Information provided:
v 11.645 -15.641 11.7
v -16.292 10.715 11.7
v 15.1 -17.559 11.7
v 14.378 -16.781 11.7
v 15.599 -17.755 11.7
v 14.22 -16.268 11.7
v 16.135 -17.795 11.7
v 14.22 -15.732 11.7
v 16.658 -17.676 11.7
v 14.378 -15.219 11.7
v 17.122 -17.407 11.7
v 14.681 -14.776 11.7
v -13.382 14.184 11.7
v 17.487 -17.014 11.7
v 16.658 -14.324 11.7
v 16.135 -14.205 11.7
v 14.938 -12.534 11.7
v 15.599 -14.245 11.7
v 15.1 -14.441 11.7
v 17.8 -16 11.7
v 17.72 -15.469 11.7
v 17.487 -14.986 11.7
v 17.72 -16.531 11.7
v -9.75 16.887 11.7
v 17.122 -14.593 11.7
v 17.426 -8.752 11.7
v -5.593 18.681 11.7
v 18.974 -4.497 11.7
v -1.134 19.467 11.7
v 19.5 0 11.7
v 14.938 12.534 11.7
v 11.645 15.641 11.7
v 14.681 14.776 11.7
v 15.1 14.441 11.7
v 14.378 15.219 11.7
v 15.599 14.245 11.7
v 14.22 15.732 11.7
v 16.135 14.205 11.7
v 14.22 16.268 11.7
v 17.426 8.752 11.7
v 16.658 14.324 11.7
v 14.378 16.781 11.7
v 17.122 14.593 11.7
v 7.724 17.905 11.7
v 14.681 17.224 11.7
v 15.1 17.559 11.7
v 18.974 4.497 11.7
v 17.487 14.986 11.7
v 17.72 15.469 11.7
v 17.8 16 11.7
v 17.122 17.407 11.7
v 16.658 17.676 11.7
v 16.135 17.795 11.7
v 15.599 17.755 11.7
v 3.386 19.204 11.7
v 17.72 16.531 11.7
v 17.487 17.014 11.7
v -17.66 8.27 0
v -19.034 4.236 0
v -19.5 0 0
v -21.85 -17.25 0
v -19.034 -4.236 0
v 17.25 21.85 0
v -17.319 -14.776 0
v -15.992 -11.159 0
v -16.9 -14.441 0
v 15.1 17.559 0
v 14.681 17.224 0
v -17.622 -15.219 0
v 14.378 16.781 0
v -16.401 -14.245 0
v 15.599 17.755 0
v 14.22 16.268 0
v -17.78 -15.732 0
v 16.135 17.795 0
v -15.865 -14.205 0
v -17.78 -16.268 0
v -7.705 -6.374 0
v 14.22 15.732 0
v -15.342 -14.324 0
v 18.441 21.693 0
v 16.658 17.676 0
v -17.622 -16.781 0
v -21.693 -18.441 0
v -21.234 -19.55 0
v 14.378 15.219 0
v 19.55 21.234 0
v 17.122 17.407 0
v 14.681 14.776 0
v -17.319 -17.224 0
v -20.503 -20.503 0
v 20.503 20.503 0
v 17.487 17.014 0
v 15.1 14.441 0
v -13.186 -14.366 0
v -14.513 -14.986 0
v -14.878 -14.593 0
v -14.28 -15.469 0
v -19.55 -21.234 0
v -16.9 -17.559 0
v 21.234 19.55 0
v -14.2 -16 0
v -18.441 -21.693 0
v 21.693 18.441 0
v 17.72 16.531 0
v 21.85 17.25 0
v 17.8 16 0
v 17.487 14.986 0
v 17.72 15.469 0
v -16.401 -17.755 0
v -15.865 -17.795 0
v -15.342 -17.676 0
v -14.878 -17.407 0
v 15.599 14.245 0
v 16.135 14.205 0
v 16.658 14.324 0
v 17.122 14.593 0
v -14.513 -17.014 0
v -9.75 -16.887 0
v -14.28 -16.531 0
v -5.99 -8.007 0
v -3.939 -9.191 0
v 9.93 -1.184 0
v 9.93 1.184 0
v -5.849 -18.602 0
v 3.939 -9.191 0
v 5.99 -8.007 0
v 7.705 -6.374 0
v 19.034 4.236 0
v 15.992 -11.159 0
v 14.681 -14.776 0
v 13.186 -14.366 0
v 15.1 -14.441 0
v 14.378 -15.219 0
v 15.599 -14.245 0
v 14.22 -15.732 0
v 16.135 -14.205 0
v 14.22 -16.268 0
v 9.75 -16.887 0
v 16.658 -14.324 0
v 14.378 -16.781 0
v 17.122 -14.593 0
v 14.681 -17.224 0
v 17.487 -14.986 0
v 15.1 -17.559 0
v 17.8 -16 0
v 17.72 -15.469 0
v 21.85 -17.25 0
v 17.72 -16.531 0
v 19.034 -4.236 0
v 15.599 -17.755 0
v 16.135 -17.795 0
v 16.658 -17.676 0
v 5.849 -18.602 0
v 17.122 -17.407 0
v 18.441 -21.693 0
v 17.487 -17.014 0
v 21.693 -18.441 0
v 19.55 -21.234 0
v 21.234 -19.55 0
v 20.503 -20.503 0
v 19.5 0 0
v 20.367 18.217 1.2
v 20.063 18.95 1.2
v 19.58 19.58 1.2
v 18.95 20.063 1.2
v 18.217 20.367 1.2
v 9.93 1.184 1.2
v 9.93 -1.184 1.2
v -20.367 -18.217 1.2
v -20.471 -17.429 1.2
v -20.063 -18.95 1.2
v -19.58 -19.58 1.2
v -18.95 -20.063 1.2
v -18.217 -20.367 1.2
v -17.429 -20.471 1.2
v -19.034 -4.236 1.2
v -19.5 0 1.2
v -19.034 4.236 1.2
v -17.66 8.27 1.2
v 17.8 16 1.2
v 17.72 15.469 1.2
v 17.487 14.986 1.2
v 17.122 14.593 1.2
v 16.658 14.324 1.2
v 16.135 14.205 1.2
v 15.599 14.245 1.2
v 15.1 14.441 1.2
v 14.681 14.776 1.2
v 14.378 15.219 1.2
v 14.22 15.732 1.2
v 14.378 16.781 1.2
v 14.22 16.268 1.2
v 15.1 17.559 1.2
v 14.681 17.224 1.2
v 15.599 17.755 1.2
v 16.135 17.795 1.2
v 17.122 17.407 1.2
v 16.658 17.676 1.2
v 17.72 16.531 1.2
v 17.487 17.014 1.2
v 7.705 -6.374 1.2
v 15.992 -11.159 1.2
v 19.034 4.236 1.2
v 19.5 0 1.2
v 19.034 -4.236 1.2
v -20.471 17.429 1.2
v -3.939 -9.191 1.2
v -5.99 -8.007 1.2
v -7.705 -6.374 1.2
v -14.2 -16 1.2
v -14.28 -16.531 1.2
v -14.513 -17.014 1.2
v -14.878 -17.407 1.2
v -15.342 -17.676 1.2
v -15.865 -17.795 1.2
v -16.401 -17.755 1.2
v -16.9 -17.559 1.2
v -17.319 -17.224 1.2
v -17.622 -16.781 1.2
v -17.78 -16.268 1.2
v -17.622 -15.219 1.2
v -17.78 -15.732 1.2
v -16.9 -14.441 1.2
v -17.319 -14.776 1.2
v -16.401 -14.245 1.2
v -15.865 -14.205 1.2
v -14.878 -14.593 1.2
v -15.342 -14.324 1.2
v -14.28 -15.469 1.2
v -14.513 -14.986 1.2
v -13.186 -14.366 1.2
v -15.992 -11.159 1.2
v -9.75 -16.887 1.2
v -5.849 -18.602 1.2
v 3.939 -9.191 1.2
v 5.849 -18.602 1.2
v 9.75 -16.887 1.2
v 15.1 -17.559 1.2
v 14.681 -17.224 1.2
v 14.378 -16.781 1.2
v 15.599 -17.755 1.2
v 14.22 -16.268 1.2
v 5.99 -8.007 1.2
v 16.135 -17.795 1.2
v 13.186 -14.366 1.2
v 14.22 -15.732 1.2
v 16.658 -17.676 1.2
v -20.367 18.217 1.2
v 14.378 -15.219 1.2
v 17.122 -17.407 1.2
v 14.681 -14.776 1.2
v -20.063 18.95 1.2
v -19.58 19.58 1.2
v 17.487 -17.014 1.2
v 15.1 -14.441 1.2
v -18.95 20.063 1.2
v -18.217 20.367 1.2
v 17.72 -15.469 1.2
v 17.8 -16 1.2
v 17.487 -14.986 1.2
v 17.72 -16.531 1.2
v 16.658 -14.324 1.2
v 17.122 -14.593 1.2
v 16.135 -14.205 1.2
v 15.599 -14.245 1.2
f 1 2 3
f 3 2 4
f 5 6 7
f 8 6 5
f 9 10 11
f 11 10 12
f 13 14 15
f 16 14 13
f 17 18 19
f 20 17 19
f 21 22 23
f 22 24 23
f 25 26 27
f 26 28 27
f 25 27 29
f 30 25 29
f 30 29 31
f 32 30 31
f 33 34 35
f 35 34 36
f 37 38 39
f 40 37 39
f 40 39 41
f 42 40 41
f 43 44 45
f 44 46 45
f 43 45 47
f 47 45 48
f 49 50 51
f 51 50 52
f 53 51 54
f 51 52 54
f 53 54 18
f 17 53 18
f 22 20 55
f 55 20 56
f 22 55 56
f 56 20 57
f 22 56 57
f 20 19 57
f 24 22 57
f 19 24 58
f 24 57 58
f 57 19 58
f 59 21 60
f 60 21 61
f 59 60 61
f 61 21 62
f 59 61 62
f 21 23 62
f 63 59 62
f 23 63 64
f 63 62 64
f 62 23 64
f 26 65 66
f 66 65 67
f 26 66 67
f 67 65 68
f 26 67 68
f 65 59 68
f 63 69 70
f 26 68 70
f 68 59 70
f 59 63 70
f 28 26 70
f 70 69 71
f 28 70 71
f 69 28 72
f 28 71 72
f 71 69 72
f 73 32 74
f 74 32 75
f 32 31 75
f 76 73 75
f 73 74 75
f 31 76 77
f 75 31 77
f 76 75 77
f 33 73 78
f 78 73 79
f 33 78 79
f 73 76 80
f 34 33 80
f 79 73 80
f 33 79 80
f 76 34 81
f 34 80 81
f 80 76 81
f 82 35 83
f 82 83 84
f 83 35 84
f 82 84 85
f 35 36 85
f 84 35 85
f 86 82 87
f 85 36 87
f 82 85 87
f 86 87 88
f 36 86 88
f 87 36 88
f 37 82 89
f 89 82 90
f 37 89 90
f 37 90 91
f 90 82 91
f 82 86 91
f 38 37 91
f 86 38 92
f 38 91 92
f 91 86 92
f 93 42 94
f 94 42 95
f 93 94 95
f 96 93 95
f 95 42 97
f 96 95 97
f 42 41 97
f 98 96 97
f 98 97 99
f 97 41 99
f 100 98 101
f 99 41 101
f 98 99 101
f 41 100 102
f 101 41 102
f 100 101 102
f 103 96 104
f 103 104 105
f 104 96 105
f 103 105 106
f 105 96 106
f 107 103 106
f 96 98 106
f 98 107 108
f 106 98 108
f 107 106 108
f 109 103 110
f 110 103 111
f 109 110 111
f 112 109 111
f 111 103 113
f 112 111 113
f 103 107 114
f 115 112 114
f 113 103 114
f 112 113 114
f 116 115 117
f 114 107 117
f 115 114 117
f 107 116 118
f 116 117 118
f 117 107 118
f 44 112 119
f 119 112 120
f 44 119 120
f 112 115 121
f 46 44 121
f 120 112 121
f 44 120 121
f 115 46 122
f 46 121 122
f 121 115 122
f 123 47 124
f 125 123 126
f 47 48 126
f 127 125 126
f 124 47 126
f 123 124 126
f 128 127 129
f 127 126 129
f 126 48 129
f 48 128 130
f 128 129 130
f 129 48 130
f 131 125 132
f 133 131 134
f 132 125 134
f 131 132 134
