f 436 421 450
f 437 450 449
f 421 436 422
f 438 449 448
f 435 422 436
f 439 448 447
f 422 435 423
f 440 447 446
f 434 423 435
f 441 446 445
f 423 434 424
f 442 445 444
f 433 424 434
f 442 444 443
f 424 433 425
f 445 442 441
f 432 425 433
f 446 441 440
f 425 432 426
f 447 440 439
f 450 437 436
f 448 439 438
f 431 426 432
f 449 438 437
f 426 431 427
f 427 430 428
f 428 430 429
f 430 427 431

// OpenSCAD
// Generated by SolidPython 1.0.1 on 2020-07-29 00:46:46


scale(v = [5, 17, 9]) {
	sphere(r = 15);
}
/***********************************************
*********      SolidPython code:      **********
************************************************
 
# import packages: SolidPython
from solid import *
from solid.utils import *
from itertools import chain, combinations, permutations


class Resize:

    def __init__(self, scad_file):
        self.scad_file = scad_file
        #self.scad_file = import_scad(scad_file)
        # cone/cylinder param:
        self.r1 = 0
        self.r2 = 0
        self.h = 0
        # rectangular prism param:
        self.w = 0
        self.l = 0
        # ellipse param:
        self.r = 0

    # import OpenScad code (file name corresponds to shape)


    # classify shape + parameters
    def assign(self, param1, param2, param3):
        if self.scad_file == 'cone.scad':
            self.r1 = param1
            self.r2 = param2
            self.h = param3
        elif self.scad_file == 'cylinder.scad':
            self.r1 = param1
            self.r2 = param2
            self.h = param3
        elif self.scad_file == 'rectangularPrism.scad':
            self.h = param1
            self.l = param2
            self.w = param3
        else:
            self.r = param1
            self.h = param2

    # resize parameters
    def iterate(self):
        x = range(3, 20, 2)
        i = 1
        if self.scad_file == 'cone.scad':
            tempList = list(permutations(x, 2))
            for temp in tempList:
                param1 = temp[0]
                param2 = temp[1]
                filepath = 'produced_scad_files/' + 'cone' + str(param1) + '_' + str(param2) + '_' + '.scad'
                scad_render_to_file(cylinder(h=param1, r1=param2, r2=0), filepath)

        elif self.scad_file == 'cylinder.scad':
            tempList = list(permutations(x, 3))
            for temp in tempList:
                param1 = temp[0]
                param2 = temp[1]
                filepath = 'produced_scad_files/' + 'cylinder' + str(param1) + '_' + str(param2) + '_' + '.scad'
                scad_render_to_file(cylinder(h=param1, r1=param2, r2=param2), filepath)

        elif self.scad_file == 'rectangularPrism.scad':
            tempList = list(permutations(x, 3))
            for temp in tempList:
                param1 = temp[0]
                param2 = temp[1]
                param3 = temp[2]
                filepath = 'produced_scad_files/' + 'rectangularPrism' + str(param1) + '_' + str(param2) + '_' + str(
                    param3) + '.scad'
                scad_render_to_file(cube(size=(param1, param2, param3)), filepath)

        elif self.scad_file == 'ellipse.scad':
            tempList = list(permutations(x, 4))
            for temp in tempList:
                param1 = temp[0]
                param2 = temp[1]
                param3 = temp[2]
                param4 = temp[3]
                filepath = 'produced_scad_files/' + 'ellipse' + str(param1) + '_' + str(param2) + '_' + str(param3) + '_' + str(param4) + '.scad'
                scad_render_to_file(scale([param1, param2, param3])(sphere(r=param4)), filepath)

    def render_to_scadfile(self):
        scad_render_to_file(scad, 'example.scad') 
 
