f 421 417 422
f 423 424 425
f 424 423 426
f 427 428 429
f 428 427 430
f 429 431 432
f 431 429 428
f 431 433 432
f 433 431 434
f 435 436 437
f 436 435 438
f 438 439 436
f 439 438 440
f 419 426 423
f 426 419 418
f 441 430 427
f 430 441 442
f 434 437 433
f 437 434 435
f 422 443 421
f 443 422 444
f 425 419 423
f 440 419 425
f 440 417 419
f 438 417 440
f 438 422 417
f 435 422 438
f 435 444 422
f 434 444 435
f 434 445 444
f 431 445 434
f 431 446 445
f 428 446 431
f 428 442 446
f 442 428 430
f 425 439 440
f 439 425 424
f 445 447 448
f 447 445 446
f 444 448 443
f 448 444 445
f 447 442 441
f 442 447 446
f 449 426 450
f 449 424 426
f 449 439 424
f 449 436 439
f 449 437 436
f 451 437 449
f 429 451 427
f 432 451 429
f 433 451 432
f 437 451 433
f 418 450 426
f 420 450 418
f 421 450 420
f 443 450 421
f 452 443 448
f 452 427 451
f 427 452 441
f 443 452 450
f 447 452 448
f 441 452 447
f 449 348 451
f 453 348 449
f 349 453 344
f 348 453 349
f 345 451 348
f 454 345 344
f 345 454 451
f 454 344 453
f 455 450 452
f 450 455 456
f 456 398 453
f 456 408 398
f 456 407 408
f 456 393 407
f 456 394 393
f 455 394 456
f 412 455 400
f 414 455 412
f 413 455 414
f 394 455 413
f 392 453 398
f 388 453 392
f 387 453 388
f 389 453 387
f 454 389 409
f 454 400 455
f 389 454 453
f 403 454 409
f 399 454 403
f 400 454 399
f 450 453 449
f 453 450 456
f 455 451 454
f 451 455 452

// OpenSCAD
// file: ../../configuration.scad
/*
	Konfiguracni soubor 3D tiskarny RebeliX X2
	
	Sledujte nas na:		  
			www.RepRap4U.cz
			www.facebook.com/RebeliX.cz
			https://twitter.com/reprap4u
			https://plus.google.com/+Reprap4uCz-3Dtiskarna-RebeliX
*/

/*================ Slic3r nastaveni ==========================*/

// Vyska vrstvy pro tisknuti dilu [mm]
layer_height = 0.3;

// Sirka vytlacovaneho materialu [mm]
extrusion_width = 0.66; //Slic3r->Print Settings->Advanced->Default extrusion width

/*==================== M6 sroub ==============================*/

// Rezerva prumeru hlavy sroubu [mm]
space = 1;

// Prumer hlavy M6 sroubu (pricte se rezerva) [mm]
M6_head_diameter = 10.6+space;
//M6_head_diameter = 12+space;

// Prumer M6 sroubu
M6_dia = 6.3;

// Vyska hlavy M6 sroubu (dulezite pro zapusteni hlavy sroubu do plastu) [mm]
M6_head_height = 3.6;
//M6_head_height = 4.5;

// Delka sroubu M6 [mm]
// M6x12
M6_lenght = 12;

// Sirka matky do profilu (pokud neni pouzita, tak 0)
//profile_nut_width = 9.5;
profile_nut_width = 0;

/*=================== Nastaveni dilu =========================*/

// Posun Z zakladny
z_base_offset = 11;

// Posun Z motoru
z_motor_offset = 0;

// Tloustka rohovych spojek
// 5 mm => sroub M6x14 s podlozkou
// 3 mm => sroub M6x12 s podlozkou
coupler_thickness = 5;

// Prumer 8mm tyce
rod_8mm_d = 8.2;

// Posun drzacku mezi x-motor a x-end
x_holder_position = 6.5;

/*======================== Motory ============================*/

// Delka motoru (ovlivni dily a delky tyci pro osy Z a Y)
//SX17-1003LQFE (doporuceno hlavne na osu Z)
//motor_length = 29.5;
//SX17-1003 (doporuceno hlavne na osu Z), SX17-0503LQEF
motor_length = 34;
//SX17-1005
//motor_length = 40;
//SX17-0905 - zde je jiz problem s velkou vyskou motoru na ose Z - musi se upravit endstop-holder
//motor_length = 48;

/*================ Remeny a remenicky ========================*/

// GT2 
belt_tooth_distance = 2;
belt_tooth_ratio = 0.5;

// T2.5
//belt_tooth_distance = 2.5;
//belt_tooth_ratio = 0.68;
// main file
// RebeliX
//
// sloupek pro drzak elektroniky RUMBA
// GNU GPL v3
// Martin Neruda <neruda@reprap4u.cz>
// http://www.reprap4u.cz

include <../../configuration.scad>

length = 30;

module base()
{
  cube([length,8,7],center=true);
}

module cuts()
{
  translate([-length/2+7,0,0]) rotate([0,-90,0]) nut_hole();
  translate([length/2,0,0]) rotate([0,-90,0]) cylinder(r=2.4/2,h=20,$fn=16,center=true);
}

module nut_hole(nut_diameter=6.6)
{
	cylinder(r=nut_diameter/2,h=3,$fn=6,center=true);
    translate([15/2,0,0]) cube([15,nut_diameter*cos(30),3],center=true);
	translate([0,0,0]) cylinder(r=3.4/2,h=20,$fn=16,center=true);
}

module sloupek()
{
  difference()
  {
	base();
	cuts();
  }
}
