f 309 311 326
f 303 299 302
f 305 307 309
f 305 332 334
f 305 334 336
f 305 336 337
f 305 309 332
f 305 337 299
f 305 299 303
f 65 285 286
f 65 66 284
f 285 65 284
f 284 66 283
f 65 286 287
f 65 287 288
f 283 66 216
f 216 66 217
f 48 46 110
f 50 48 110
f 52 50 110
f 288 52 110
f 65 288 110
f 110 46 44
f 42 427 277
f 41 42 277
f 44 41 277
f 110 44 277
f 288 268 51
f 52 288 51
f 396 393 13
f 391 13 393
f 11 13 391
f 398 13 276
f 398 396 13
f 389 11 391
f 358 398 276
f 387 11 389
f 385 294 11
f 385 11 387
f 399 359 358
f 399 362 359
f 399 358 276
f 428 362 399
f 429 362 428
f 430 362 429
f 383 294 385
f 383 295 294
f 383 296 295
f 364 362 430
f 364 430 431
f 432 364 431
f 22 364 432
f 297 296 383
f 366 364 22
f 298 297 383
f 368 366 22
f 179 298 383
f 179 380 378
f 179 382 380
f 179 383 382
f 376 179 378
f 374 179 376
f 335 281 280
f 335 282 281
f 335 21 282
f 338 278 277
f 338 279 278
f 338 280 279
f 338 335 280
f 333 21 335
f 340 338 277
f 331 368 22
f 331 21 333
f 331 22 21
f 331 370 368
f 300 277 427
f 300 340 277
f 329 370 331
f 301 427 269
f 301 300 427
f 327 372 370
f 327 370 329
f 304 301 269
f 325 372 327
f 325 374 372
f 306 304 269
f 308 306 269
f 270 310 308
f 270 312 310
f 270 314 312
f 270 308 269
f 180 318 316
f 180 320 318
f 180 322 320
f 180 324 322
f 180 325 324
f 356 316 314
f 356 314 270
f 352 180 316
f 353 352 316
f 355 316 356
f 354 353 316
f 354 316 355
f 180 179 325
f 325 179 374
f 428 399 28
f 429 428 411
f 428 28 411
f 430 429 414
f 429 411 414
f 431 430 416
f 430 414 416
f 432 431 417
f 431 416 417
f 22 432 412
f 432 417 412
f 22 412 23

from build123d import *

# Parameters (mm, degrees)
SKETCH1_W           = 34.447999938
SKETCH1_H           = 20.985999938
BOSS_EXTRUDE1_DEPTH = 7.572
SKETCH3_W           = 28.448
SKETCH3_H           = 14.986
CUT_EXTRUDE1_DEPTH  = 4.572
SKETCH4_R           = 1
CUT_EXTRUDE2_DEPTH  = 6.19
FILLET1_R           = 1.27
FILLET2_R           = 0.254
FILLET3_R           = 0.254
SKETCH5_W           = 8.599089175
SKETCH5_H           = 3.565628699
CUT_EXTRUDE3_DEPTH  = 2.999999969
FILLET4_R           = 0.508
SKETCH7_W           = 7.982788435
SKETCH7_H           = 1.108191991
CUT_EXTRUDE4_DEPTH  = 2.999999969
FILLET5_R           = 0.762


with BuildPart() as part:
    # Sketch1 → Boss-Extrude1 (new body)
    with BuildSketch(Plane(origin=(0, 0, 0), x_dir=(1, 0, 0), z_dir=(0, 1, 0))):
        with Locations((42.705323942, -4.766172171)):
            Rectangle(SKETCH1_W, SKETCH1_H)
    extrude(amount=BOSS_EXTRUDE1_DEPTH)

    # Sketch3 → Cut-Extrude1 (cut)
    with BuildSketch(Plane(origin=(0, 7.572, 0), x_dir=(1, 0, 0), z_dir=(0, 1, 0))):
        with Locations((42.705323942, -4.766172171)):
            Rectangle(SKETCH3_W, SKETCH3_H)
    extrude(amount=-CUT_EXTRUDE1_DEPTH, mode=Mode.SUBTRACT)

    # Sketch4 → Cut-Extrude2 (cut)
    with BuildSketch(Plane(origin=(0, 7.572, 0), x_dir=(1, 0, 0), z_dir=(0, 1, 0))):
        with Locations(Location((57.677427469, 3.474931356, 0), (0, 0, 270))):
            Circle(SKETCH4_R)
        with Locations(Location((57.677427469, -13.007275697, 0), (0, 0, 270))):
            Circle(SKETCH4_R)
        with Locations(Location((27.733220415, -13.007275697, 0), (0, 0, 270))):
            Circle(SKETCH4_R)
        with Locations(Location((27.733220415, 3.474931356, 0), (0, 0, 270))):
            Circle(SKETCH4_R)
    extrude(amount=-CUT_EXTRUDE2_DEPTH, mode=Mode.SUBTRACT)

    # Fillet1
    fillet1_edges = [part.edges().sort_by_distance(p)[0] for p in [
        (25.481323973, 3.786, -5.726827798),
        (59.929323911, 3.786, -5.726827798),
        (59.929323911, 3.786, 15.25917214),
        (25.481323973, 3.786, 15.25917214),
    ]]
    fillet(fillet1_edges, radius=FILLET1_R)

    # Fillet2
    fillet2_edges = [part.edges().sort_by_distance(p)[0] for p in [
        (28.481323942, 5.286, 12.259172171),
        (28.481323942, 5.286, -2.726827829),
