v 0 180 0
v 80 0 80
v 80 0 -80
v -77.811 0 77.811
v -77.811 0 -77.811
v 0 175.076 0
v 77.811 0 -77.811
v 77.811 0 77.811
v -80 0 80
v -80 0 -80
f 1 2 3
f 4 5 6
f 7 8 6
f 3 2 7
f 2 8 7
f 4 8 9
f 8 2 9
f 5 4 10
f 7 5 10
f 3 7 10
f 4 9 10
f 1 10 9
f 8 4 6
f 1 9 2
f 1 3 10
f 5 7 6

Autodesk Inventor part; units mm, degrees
ref_plane "YZ Plane" through (0, 0, 0) normal (1, 0, 0) x (0, 1, 0)
ref_plane "XY Plane" through (0, 0, 0) normal (0, 0, 1) x (1, 0, 0)
sketch "Sketch1" plane through (0, 0, 0) normal (0, 1, 0) x (-1, 0, 0)
  line L0 (-80, 80) -> (80, 80)
  line L1 (80, 80) -> (80, -80)
  line L2 (80, -80) -> (-80, -80)
  line L3 (-80, -80) -> (-80, 80)
  line L4 (-80, 80) -> (80, -80) construction
  line L5 (80, 80) -> (-80, -80) construction
  point P0 (0, 0)
  dimension "d0" = 160
  dimension "d1" = 160
ref_plane "Work Plane3" through (0, 180, 0) normal (0, 1, 0) x (-1, 0, 0)
sketch "Sketch7" plane through (0, 180, 0) normal (0, 1, 0) x (-1, 0, 0)
  point P0 (0, 0)
  point P1 (0, 0)
loft "Loft2" add profiles "Sketch1" section 2 point at (0, 180, 0)
shell "Shell2" thickness 2 removed faces 1 at (26.6667, 0, 26.6667)
properties part number "pyramid"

What to produce:
Only the line that contains "v -80 0 -80" and the lines after it, through the end of the data above, are to be repeated exactly.

Answer to this task:
v -80 0 -80
f 1 2 3
f 4 5 6
f 7 8 6
f 3 2 7
f 2 8 7
f 4 8 9
f 8 2 9
f 5 4 10
f 7 5 10
f 3 7 10
f 4 9 10
f 1 10 9
f 8 4 6
f 1 9 2
f 1 3 10
f 5 7 6

Autodesk Inventor part; units mm, degrees
ref_plane "YZ Plane" through (0, 0, 0) normal (1, 0, 0) x (0, 1, 0)
ref_plane "XY Plane" through (0, 0, 0) normal (0, 0, 1) x (1, 0, 0)
sketch "Sketch1" plane through (0, 0, 0) normal (0, 1, 0) x (-1, 0, 0)
  line L0 (-80, 80) -> (80, 80)
  line L1 (80, 80) -> (80, -80)
  line L2 (80, -80) -> (-80, -80)
  line L3 (-80, -80) -> (-80, 80)
  line L4 (-80, 80) -> (80, -80) construction
  line L5 (80, 80) -> (-80, -80) construction
  point P0 (0, 0)
  dimension "d0" = 160
  dimension "d1" = 160
ref_plane "Work Plane3" through (0, 180, 0) normal (0, 1, 0) x (-1, 0, 0)
sketch "Sketch7" plane through (0, 180, 0) normal (0, 1, 0) x (-1, 0, 0)
  point P0 (0, 0)
  point P1 (0, 0)
loft "Loft2" add profiles "Sketch1" section 2 point at (0, 180, 0)
shell "Shell2" thickness 2 removed faces 1 at (26.6667, 0, 26.6667)
properties part number "pyramid"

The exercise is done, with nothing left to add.